#### What you are asked to do
Set down exactly, from the records below, the line with "v -39.145 10 -12.332" through the line with "v -38.392 10 18.321", and nothing else.

#### Data to examine
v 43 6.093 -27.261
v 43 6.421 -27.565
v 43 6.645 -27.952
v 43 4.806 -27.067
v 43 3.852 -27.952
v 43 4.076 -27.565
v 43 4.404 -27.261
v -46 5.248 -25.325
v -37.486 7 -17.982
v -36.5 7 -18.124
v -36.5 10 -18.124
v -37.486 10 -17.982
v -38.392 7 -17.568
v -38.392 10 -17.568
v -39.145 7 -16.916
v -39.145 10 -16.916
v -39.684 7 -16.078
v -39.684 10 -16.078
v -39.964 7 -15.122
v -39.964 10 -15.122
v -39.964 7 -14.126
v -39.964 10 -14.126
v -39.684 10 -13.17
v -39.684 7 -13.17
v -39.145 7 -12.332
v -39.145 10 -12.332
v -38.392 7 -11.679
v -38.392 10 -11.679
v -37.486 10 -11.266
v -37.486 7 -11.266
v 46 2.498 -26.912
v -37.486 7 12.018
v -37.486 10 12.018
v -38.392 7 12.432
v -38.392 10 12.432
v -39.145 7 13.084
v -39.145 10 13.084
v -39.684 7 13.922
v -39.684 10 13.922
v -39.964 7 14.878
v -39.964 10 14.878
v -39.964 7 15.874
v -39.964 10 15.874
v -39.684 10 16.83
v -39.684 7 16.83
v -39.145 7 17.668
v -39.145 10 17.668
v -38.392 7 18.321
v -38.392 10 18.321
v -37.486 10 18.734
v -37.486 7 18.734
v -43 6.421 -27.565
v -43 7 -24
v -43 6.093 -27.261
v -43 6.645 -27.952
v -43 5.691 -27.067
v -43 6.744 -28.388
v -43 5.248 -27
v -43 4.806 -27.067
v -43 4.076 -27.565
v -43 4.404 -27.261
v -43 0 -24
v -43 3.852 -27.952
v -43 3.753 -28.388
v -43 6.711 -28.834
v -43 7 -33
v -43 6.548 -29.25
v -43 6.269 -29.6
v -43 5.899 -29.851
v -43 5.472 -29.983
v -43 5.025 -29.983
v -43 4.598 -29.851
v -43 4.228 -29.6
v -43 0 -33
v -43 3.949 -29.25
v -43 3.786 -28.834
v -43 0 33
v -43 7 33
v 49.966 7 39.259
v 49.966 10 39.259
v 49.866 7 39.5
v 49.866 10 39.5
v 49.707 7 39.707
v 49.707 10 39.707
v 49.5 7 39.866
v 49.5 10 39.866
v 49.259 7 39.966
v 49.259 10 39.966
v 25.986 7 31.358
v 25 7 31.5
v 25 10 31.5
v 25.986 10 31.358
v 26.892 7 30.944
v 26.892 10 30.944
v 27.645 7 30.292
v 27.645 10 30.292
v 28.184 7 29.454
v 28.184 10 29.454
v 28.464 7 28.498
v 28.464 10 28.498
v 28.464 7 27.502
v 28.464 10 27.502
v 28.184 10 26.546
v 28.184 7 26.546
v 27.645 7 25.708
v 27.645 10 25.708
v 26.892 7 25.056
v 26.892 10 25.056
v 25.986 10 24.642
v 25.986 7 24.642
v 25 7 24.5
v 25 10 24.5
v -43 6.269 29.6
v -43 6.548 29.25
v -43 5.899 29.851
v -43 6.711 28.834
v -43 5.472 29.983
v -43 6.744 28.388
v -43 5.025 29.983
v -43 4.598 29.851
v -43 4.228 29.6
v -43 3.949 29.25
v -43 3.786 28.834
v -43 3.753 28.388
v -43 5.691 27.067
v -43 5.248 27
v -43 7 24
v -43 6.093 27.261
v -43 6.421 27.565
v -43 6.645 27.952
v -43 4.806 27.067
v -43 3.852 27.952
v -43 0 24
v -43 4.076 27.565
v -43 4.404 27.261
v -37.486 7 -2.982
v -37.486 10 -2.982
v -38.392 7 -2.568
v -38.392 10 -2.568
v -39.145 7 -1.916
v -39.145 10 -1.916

#### Output of the exercise
v -39.145 10 -12.332
v -38.392 7 -11.679
v -38.392 10 -11.679
v -37.486 10 -11.266
v -37.486 7 -11.266
v 46 2.498 -26.912
v -37.486 7 12.018
v -37.486 10 12.018
v -38.392 7 12.432
v -38.392 10 12.432
v -39.145 7 13.084
v -39.145 10 13.084
v -39.684 7 13.922
v -39.684 10 13.922
v -39.964 7 14.878
v -39.964 10 14.878
v -39.964 7 15.874
v -39.964 10 15.874
v -39.684 10 16.83
v -39.684 7 16.83
v -39.145 7 17.668
v -39.145 10 17.668
v -38.392 7 18.321
v -38.392 10 18.321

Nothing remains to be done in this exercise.